* _Task directions_: From the first entry to the last, repeat the listing exactly.
*** Input data Section Begins ***
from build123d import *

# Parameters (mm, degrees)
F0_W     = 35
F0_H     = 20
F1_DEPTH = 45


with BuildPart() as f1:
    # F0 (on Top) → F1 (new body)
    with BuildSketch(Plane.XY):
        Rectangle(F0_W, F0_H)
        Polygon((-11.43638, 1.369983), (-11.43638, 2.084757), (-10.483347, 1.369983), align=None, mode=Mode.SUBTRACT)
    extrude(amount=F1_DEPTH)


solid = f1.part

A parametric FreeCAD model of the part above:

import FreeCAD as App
import Part
import Sketcher


def add_polygon(sketch, points):
    """Adds a closed chain of lines whose ends are joined by coincident constraints."""
    first, n = sketch.GeometryCount, len(points)
    for a, b in zip(points, points[1:] + points[:1]):
        sketch.addGeometry(Part.LineSegment(App.Vector(*a, 0), App.Vector(*b, 0)), False)
    for i in range(n):
        sketch.addConstraint(Sketcher.Constraint("Coincident", first + i, 2, first + (i + 1) % n, 1))

doc = App.newDocument("Part")
body = doc.addObject("PartDesign::Body", "Body")

sketch1 = body.newObject("Sketcher::SketchObject", "Sketch")
sketch1.AttachmentSupport = (doc.getObject("XY_Plane"), [""])
sketch1.MapMode = "FlatFace"
add_polygon(sketch1, [(-17.5, 10), (-17.5, -10), (17.5, -10), (17.5, 10)])
add_polygon(sketch1, [(-10.5, 1.4), (-11.4, 1.4), (-11.4, 2.1)])
sketch1.addConstraint(Sketcher.Constraint("Vertical", 0))
sketch1.addConstraint(Sketcher.Constraint("Horizontal", 1))
sketch1.addConstraint(Sketcher.Constraint("Vertical", 2))
sketch1.addConstraint(Sketcher.Constraint("Horizontal", 3))
sketch1.addConstraint(Sketcher.Constraint("Horizontal", 4))
sketch1.addConstraint(Sketcher.Constraint("Vertical", 5))
sketch1.addConstraint(Sketcher.Constraint("Symmetric", 0, 2, 2, 2, -1, 1))
sketch1.addConstraint(Sketcher.Constraint("DistanceX", 1, 1, 1, 2, 35.0))
sketch1.addConstraint(Sketcher.Constraint("DistanceY", 0, 2, 0, 1, 20.0))
sketch1.addConstraint(Sketcher.Constraint("Distance", 6, 1.191291))
sketch1.addConstraint(Sketcher.Constraint("DistanceX", 4, 2, 4, 1, 0.953033))
sketch1.addConstraint(Sketcher.Constraint("DistanceX", 4, 2, -1, 1, 11.43638))
sketch1.addConstraint(Sketcher.Constraint("DistanceY", -1, 1, 4, 2, 1.369983))
pad1 = body.newObject("PartDesign::Pad", "Pad")
pad1.Profile = sketch1
pad1.Length = 45

doc.recompute()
*** Input data Section Ends ***
* _Answer box_:
from build123d import *

# Parameters (mm, degrees)
F0_W     = 35
F0_H     = 20
F1_DEPTH = 45


with BuildPart() as f1:
    # F0 (on Top) → F1 (new body)
    with BuildSketch(Plane.XY):
        Rectangle(F0_W, F0_H)
        Polygon((-11.43638, 1.369983), (-11.43638, 2.084757), (-10.483347, 1.369983), align=None, mode=Mode.SUBTRACT)
    extrude(amount=F1_DEPTH)


solid = f1.part

A parametric FreeCAD model of the part above:

import FreeCAD as App
import Part
import Sketcher


def add_polygon(sketch, points):
    """Adds a closed chain of lines whose ends are joined by coincident constraints."""
    first, n = sketch.GeometryCount, len(points)
    for a, b in zip(points, points[1:] + points[:1]):
        sketch.addGeometry(Part.LineSegment(App.Vector(*a, 0), App.Vector(*b, 0)), False)
    for i in range(n):
        sketch.addConstraint(Sketcher.Constraint("Coincident", first + i, 2, first + (i + 1) % n, 1))

doc = App.newDocument("Part")
body = doc.addObject("PartDesign::Body", "Body")

sketch1 = body.newObject("Sketcher::SketchObject", "Sketch")
sketch1.AttachmentSupport = (doc.getObject("XY_Plane"), [""])
sketch1.MapMode = "FlatFace"
add_polygon(sketch1, [(-17.5, 10), (-17.5, -10), (17.5, -10), (17.5, 10)])
add_polygon(sketch1, [(-10.5, 1.4), (-11.4, 1.4), (-11.4, 2.1)])
sketch1.addConstraint(Sketcher.Constraint("Vertical", 0))
sketch1.addConstraint(Sketcher.Constraint("Horizontal", 1))
sketch1.addConstraint(Sketcher.Constraint("Vertical", 2))
sketch1.addConstraint(Sketcher.Constraint("Horizontal", 3))
sketch1.addConstraint(Sketcher.Constraint("Horizontal", 4))
sketch1.addConstraint(Sketcher.Constraint("Vertical", 5))
sketch1.addConstraint(Sketcher.Constraint("Symmetric", 0, 2, 2, 2, -1, 1))
sketch1.addConstraint(Sketcher.Constraint("DistanceX", 1, 1, 1, 2, 35.0))
sketch1.addConstraint(Sketcher.Constraint("DistanceY", 0, 2, 0, 1, 20.0))
sketch1.addConstraint(Sketcher.Constraint("Distance", 6, 1.191291))
sketch1.addConstraint(Sketcher.Constraint("DistanceX", 4, 2, 4, 1, 0.953033))
sketch1.addConstraint(Sketcher.Constraint("DistanceX", 4, 2, -1, 1, 11.43638))
sketch1.addConstraint(Sketcher.Constraint("DistanceY", -1, 1, 4, 2, 1.369983))
pad1 = body.newObject("PartDesign::Pad", "Pad")
pad1.Profile = sketch1
pad1.Length = 45

doc.recompute()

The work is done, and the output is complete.